▼▼▼

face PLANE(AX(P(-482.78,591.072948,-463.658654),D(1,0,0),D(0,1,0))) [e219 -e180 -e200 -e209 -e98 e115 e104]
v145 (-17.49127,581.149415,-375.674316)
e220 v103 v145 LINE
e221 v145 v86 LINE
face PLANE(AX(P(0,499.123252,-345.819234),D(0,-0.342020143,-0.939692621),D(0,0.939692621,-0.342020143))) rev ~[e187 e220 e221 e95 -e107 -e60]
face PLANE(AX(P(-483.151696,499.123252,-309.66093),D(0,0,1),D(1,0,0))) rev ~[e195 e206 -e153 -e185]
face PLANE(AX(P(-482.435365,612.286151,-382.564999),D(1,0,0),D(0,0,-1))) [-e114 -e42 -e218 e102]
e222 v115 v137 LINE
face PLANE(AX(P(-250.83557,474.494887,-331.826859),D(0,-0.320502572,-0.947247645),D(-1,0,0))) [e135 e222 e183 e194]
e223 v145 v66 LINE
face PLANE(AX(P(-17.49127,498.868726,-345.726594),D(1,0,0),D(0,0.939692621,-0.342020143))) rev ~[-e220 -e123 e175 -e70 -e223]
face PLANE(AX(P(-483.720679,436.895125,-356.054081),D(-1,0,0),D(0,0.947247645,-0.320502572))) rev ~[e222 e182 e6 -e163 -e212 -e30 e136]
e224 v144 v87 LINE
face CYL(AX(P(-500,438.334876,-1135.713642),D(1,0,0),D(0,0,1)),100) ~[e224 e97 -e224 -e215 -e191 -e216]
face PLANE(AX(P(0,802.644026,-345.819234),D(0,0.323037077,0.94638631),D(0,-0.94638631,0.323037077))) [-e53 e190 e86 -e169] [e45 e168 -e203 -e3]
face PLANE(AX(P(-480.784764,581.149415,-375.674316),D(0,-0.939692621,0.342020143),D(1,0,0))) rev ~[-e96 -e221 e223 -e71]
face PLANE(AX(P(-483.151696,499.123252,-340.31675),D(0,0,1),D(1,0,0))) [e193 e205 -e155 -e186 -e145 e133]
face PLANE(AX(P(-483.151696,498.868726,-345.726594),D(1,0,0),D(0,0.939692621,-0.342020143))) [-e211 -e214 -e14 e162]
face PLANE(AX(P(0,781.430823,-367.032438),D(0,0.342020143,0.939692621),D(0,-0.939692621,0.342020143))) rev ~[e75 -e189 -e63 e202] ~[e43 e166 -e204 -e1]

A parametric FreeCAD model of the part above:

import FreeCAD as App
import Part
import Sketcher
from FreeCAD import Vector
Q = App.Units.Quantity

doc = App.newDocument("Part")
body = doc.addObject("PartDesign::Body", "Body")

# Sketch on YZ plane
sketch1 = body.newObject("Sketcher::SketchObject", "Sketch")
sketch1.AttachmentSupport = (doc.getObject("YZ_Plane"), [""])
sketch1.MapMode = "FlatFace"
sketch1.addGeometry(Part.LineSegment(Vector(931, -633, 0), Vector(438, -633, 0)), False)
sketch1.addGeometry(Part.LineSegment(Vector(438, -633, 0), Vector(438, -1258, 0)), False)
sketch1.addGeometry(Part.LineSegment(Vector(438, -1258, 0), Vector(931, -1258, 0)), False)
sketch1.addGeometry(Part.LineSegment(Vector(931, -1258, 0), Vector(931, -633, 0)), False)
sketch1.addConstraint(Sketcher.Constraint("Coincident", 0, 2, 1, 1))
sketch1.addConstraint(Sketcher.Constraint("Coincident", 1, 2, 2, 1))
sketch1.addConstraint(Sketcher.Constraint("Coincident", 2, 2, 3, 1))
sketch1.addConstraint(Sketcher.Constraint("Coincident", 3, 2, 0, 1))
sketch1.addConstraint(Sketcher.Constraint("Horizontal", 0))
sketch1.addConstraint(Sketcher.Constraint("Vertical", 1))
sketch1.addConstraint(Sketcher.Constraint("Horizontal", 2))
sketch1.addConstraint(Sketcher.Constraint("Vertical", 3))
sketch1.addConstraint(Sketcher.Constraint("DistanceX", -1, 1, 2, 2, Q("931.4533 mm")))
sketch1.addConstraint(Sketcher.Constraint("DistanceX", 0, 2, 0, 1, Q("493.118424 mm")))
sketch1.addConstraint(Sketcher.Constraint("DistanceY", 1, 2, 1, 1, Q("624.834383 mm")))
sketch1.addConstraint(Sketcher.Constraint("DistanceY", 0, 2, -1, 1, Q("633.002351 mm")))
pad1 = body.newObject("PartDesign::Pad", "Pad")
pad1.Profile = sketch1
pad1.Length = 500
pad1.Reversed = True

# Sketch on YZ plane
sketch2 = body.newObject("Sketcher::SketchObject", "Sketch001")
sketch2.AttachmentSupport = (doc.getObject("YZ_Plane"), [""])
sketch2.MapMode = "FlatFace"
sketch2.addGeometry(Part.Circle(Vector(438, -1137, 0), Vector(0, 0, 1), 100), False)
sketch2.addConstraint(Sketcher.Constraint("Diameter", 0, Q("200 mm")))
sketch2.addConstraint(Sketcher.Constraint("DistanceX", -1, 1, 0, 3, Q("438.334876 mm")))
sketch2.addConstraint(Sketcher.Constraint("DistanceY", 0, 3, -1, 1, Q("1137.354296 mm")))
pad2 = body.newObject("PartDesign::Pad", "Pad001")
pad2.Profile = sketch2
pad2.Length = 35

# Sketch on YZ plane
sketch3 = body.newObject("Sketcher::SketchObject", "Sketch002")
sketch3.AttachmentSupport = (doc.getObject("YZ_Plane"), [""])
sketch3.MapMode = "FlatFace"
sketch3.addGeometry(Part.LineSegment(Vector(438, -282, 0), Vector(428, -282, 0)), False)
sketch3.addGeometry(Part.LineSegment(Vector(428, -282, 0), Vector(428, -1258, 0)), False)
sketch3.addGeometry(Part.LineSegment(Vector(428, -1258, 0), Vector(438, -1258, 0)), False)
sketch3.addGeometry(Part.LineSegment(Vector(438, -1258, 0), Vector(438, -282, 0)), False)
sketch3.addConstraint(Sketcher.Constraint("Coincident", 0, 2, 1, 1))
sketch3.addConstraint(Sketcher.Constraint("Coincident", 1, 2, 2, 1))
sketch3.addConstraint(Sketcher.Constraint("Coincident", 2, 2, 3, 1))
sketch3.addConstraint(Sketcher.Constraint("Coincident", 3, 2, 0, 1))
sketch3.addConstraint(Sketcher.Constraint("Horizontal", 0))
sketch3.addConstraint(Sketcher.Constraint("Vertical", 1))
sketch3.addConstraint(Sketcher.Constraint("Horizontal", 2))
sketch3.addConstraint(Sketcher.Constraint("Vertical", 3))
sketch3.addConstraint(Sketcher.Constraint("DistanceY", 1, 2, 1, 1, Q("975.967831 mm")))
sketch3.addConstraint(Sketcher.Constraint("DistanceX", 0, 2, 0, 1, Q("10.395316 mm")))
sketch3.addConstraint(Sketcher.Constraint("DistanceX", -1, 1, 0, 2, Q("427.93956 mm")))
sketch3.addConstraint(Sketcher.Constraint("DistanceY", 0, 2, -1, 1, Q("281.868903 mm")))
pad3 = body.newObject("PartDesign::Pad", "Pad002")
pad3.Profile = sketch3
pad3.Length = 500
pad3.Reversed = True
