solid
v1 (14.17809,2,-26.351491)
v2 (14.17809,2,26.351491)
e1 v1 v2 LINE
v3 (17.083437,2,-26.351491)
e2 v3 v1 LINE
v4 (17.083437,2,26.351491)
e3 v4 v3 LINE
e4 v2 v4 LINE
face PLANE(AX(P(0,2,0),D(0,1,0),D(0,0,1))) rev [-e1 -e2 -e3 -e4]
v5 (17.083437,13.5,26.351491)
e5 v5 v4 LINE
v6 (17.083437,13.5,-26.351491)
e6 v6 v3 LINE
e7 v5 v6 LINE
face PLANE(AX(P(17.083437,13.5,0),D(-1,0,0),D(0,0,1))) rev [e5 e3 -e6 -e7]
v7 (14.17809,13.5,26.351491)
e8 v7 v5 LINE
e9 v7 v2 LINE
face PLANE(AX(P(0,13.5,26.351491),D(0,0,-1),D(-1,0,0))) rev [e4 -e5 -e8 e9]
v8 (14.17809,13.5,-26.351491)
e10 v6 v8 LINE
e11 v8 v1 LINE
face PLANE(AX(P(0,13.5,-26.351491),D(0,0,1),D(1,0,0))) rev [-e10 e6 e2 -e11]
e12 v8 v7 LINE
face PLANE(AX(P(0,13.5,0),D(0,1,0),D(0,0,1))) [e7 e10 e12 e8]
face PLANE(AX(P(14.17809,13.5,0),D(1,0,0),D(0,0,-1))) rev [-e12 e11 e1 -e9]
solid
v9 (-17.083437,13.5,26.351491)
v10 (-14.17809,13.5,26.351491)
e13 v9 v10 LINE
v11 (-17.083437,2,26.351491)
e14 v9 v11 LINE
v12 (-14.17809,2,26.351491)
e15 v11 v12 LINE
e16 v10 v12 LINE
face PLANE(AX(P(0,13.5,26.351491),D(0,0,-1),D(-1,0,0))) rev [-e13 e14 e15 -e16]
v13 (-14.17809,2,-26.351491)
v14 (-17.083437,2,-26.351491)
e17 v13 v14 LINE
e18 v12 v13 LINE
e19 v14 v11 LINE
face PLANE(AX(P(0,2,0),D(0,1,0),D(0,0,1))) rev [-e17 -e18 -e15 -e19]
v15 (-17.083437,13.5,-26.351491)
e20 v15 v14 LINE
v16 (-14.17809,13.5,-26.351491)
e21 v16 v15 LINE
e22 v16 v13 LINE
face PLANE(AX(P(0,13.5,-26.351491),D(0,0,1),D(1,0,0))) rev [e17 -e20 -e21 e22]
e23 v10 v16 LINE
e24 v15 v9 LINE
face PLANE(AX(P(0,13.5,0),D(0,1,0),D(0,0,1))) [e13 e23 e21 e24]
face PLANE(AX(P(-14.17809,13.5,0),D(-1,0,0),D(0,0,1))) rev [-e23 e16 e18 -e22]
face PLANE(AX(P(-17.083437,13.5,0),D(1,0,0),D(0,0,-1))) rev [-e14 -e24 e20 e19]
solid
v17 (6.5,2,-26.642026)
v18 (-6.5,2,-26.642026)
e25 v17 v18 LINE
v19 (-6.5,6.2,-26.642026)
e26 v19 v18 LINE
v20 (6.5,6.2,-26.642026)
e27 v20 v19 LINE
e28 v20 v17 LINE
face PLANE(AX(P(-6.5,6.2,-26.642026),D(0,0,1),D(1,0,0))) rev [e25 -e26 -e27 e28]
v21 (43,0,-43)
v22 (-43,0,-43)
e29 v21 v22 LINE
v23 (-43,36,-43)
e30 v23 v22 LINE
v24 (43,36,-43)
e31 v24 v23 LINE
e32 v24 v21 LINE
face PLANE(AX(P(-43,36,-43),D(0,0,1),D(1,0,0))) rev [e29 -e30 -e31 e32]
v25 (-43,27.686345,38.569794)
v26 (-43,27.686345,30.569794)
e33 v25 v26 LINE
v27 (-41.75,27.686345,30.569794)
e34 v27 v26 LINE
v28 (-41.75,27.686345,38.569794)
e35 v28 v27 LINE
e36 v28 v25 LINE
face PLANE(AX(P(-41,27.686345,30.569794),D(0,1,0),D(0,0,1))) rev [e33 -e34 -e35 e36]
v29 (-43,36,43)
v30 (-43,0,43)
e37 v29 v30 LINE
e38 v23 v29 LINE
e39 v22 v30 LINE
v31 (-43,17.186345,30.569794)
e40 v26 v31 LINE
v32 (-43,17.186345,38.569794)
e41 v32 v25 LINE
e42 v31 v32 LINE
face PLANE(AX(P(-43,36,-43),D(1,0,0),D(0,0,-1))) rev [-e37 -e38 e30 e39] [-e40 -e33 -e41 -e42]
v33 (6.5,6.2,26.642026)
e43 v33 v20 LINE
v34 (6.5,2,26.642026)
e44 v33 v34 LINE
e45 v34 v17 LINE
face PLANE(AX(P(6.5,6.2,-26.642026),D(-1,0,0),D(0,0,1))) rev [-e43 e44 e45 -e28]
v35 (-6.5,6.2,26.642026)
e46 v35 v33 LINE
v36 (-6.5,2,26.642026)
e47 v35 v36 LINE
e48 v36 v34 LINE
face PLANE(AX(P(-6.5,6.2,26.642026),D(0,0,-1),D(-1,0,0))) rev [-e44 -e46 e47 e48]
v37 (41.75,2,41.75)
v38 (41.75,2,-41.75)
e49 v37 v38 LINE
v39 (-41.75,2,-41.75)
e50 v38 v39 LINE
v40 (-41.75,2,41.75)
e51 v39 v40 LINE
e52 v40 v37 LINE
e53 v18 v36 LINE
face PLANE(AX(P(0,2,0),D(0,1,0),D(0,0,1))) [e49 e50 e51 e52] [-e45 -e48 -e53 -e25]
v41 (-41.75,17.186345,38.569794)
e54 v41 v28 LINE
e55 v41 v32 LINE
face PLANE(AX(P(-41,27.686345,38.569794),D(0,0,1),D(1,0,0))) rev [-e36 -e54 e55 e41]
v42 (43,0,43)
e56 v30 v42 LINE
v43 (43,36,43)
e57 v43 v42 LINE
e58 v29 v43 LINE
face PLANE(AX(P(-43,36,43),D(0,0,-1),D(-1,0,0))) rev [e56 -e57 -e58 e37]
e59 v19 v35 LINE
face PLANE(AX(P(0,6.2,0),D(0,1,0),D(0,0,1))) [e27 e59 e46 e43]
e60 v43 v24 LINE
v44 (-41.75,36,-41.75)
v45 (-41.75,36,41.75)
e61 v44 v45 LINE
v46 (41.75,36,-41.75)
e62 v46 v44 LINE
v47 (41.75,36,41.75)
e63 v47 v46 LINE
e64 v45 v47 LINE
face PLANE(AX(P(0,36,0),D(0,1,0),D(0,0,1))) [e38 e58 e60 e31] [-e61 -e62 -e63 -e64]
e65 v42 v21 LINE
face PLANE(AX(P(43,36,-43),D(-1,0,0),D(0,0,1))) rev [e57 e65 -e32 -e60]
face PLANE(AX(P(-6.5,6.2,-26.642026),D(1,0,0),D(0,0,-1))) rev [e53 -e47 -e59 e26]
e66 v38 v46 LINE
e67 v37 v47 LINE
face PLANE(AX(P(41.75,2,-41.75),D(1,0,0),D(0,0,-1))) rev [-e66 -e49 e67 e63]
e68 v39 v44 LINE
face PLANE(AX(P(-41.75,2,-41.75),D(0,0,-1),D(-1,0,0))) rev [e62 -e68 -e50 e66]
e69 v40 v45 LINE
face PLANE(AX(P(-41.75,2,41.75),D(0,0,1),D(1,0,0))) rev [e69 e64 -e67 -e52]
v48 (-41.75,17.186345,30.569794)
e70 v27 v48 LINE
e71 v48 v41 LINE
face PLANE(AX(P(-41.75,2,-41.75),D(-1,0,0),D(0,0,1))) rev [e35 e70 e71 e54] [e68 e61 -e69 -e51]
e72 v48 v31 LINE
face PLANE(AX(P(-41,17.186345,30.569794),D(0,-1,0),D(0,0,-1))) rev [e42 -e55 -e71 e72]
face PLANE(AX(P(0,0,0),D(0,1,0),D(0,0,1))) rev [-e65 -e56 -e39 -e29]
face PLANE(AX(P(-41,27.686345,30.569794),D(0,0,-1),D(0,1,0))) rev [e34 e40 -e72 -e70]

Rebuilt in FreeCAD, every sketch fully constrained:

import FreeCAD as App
import Part
import Sketcher
from FreeCAD import Vector
Q = App.Units.Quantity


def add_polygon(sketch, points):
    """Adds a closed chain of lines whose ends are joined by coincident constraints."""
    first, n = sketch.GeometryCount, len(points)
    for a, b in zip(points, points[1:] + points[:1]):
        sketch.addGeometry(Part.LineSegment(App.Vector(*a, 0), App.Vector(*b, 0)), False)
    for i in range(n):
        sketch.addConstraint(Sketcher.Constraint("Coincident", first + i, 2, first + (i + 1) % n, 1))

doc = App.newDocument("Part")
body = doc.addObject("PartDesign::Body", "Body")

sketch1 = body.newObject("Sketcher::SketchObject", "Sketch")
sketch1.AttachmentSupport = (doc.getObject("XZ_Plane"), [""])
sketch1.MapMode = "FlatFace"
add_polygon(sketch1, [(-43, -43), (-43, 43), (43, 43), (43, -43)])
sketch1.addConstraint(Sketcher.Constraint("Vertical", 0))
sketch1.addConstraint(Sketcher.Constraint("Horizontal", 1))
sketch1.addConstraint(Sketcher.Constraint("Vertical", 2))
sketch1.addConstraint(Sketcher.Constraint("Horizontal", 3))
sketch1.addConstraint(Sketcher.Constraint("Symmetric", 0, 2, 2, 2, -1, 1))
sketch1.addConstraint(Sketcher.Constraint("Equal", 3, 0))
sketch1.addConstraint(Sketcher.Constraint("DistanceX", 1, 1, 1, 2, Q("86 mm")))
pad1 = body.newObject("PartDesign::Pad", "Pad")
pad1.Profile = sketch1
pad1.Length = 36
pad1.Reversed = True

sketch2 = body.newObject("Sketcher::SketchObject", "Sketch001")
sketch2.AttachmentSupport = (doc.getObject("XZ_Plane"), [""])
sketch2.MapMode = "FlatFace"
sketch2.AttachmentOffset = App.Placement(Vector(0, 0, -36), App.Rotation())
add_polygon(sketch2, [(-41.75, -41.75), (-41.75, 41.75), (41.75, 41.75), (41.75, -41.75)])
sketch2.addConstraint(Sketcher.Constraint("Vertical", 0))
sketch2.addConstraint(Sketcher.Constraint("Horizontal", 1))
sketch2.addConstraint(Sketcher.Constraint("Vertical", 2))
sketch2.addConstraint(Sketcher.Constraint("Horizontal", 3))
sketch2.addConstraint(Sketcher.Constraint("Symmetric", 0, 2, 2, 2, -1, 1))
sketch2.addConstraint(Sketcher.Constraint("Equal", 3, 0))
sketch2.addConstraint(Sketcher.Constraint("DistanceX", 1, 1, 1, 2, Q("83.5 mm")))
pocket1 = body.newObject("PartDesign::Pocket", "Pocket")
pocket1.Profile = sketch2
pocket1.Length = 34
pocket1.Reversed = True

sketch3 = body.newObject("Sketcher::SketchObject", "Sketch002")
sketch3.AttachmentSupport = (doc.getObject("XZ_Plane"), [""])
sketch3.MapMode = "FlatFace"
sketch3.AttachmentOffset = App.Placement(Vector(0, 0, -2), App.Rotation())
add_polygon(sketch3, [(-6.5, -26.642026), (-6.5, 26.642026), (6.5, 26.642026), (6.5, -26.642026)])
sketch3.addConstraint(Sketcher.Constraint("Vertical", 0))
sketch3.addConstraint(Sketcher.Constraint("Horizontal", 1))
sketch3.addConstraint(Sketcher.Constraint("Vertical", 2))
sketch3.addConstraint(Sketcher.Constraint("Horizontal", 3))
sketch3.addConstraint(Sketcher.Constraint("Symmetric", 0, 2, 2, 2, -1, 1))
sketch3.addConstraint(Sketcher.Constraint("DistanceX", 1, 1, 1, 2, Q("13 mm")))
sketch3.addConstraint(Sketcher.Constraint("DistanceY", 0, 1, 0, 2, Q("53.284052 mm")))
pad2 = body.newObject("PartDesign::Pad", "Pad001")
pad2.Profile = sketch3
pad2.Length = 4.2
pad2.Reversed = True

sketch4 = body.newObject("Sketcher::SketchObject", "Sketch003")
sketch4.AttachmentSupport = (doc.getObject("YZ_Plane"), [""])
sketch4.MapMode = "FlatFace"
sketch4.AttachmentOffset = App.Placement(Vector(0, 0, -43), App.Rotation())
add_polygon(sketch4, [(27.686345, 30.569794), (17.186345, 30.569794), (17.186345, 38.569794), (27.686345, 38.569794)])
sketch4.addConstraint(Sketcher.Constraint("Horizontal", 0))
sketch4.addConstraint(Sketcher.Constraint("Vertical", 1))
sketch4.addConstraint(Sketcher.Constraint("Horizontal", 2))
sketch4.addConstraint(Sketcher.Constraint("Vertical", 3))
sketch4.addConstraint(Sketcher.Constraint("DistanceY", 1, 1, 1, 2, Q("8 mm")))
sketch4.addConstraint(Sketcher.Constraint("DistanceX", 0, 2, 0, 1, Q("10.5 mm")))
sketch4.addConstraint(Sketcher.Constraint("DistanceX", -1, 1, 0, 2, Q("17.186345 mm")))
sketch4.addConstraint(Sketcher.Constraint("DistanceY", -1, 1, 0, 2, Q("30.569794 mm")))
pocket2 = body.newObject("PartDesign::Pocket", "Pocket001")
pocket2.Profile = sketch4
pocket2.Length = 2
pocket2.Reversed = True
body2 = doc.addObject("PartDesign::Body", "Body001")

sketch5 = body2.newObject("Sketcher::SketchObject", "Sketch004")
sketch5.AttachmentSupport = (doc.getObject("XZ_Plane001"), [""])
sketch5.MapMode = "FlatFace"
sketch5.AttachmentOffset = App.Placement(Vector(0, 0, -2), App.Rotation())
add_polygon(sketch5, [(14.17809, -26.351491), (14.17809, 26.351491), (17.083437, 26.351491), (17.083437, -26.351491)])
sketch5.addConstraint(Sketcher.Constraint("Vertical", 0))
sketch5.addConstraint(Sketcher.Constraint("Horizontal", 1))
sketch5.addConstraint(Sketcher.Constraint("Vertical", 2))
sketch5.addConstraint(Sketcher.Constraint("Horizontal", 3))
sketch5.addConstraint(Sketcher.Constraint("DistanceX", 1, 1, 1, 2, Q("2.905346 mm")))
sketch5.addConstraint(Sketcher.Constraint("DistanceY", 0, 1, 0, 2, Q("52.702983 mm")))
sketch5.addConstraint(Sketcher.Constraint("DistanceX", -1, 1, 0, 2, Q("14.17809 mm")))
sketch5.addConstraint(Sketcher.Constraint("DistanceY", -1, 1, 0, 2, Q("26.351491 mm")))
pad3 = body2.newObject("PartDesign::Pad", "Pad002")
pad3.Profile = sketch5
pad3.Length = 11.5
pad3.Reversed = True
body3 = doc.addObject("PartDesign::Body", "Body002")

sketch6 = body3.newObject("Sketcher::SketchObject", "Sketch005")
sketch6.AttachmentSupport = (doc.getObject("XZ_Plane002"), [""])
sketch6.MapMode = "FlatFace"
sketch6.AttachmentOffset = App.Placement(Vector(0, 0, -2), App.Rotation())
add_polygon(sketch6, [(-17.083437, -26.351491), (-17.083437, 26.351491), (-14.17809, 26.351491), (-14.17809, -26.351491)])
sketch6.addConstraint(Sketcher.Constraint("Vertical", 0))
sketch6.addConstraint(Sketcher.Constraint("Horizontal", 1))
sketch6.addConstraint(Sketcher.Constraint("Vertical", 2))
sketch6.addConstraint(Sketcher.Constraint("Horizontal", 3))
sketch6.addConstraint(Sketcher.Constraint("DistanceX", 1, 1, 1, 2, Q("2.905346 mm")))
sketch6.addConstraint(Sketcher.Constraint("DistanceY", 0, 1, 0, 2, Q("52.702983 mm")))
sketch6.addConstraint(Sketcher.Constraint("DistanceY", -1, 1, 0, 2, Q("26.351491 mm")))
sketch6.addConstraint(Sketcher.Constraint("DistanceX", 1, 2, -1, 1, Q("14.17809 mm")))
pad4 = body3.newObject("PartDesign::Pad", "Pad003")
pad4.Profile = sketch6
pad4.Length = 11.5
pad4.Reversed = True

doc.recompute()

▲▲▲

> **Task directions**
Give back exactly the lines from the first line of the records through the line holding "Vector(438, -633, 0)), False)", including both of those lines and leaving out all others.

> **Your solution**
face PLANE(AX(P(-482.78,591.072948,-463.658654),D(1,0,0),D(0,1,0))) [e219 -e180 -e200 -e209 -e98 e115 e104]
v145 (-17.49127,581.149415,-375.674316)
e220 v103 v145 LINE
e221 v145 v86 LINE
face PLANE(AX(P(0,499.123252,-345.819234),D(0,-0.342020143,-0.939692621),D(0,0.939692621,-0.342020143))) rev ~[e187 e220 e221 e95 -e107 -e60]
face PLANE(AX(P(-483.151696,499.123252,-309.66093),D(0,0,1),D(1,0,0))) rev ~[e195 e206 -e153 -e185]
face PLANE(AX(P(-482.435365,612.286151,-382.564999),D(1,0,0),D(0,0,-1))) [-e114 -e42 -e218 e102]
e222 v115 v137 LINE
face PLANE(AX(P(-250.83557,474.494887,-331.826859),D(0,-0.320502572,-0.947247645),D(-1,0,0))) [e135 e222 e183 e194]
e223 v145 v66 LINE
face PLANE(AX(P(-17.49127,498.868726,-345.726594),D(1,0,0),D(0,0.939692621,-0.342020143))) rev ~[-e220 -e123 e175 -e70 -e223]
face PLANE(AX(P(-483.720679,436.895125,-356.054081),D(-1,0,0),D(0,0.947247645,-0.320502572))) rev ~[e222 e182 e6 -e163 -e212 -e30 e136]
e224 v144 v87 LINE
face CYL(AX(P(-500,438.334876,-1135.713642),D(1,0,0),D(0,0,1)),100) ~[e224 e97 -e224 -e215 -e191 -e216]
face PLANE(AX(P(0,802.644026,-345.819234),D(0,0.323037077,0.94638631),D(0,-0.94638631,0.323037077))) [-e53 e190 e86 -e169] [e45 e168 -e203 -e3]
face PLANE(AX(P(-480.784764,581.149415,-375.674316),D(0,-0.939692621,0.342020143),D(1,0,0))) rev ~[-e96 -e221 e223 -e71]
face PLANE(AX(P(-483.151696,499.123252,-340.31675),D(0,0,1),D(1,0,0))) [e193 e205 -e155 -e186 -e145 e133]
face PLANE(AX(P(-483.151696,498.868726,-345.726594),D(1,0,0),D(0,0.939692621,-0.342020143))) [-e211 -e214 -e14 e162]
face PLANE(AX(P(0,781.430823,-367.032438),D(0,0.342020143,0.939692621),D(0,-0.939692621,0.342020143))) rev ~[e75 -e189 -e63 e202] ~[e43 e166 -e204 -e1]

A parametric FreeCAD model of the part above:

import FreeCAD as App
import Part
import Sketcher
from FreeCAD import Vector
Q = App.Units.Quantity

doc = App.newDocument("Part")
body = doc.addObject("PartDesign::Body", "Body")

# Sketch on YZ plane
sketch1 = body.newObject("Sketcher::SketchObject", "Sketch")
sketch1.AttachmentSupport = (doc.getObject("YZ_Plane"), [""])
sketch1.MapMode = "FlatFace"
sketch1.addGeometry(Part.LineSegment(Vector(931, -633, 0), Vector(438, -633, 0)), False)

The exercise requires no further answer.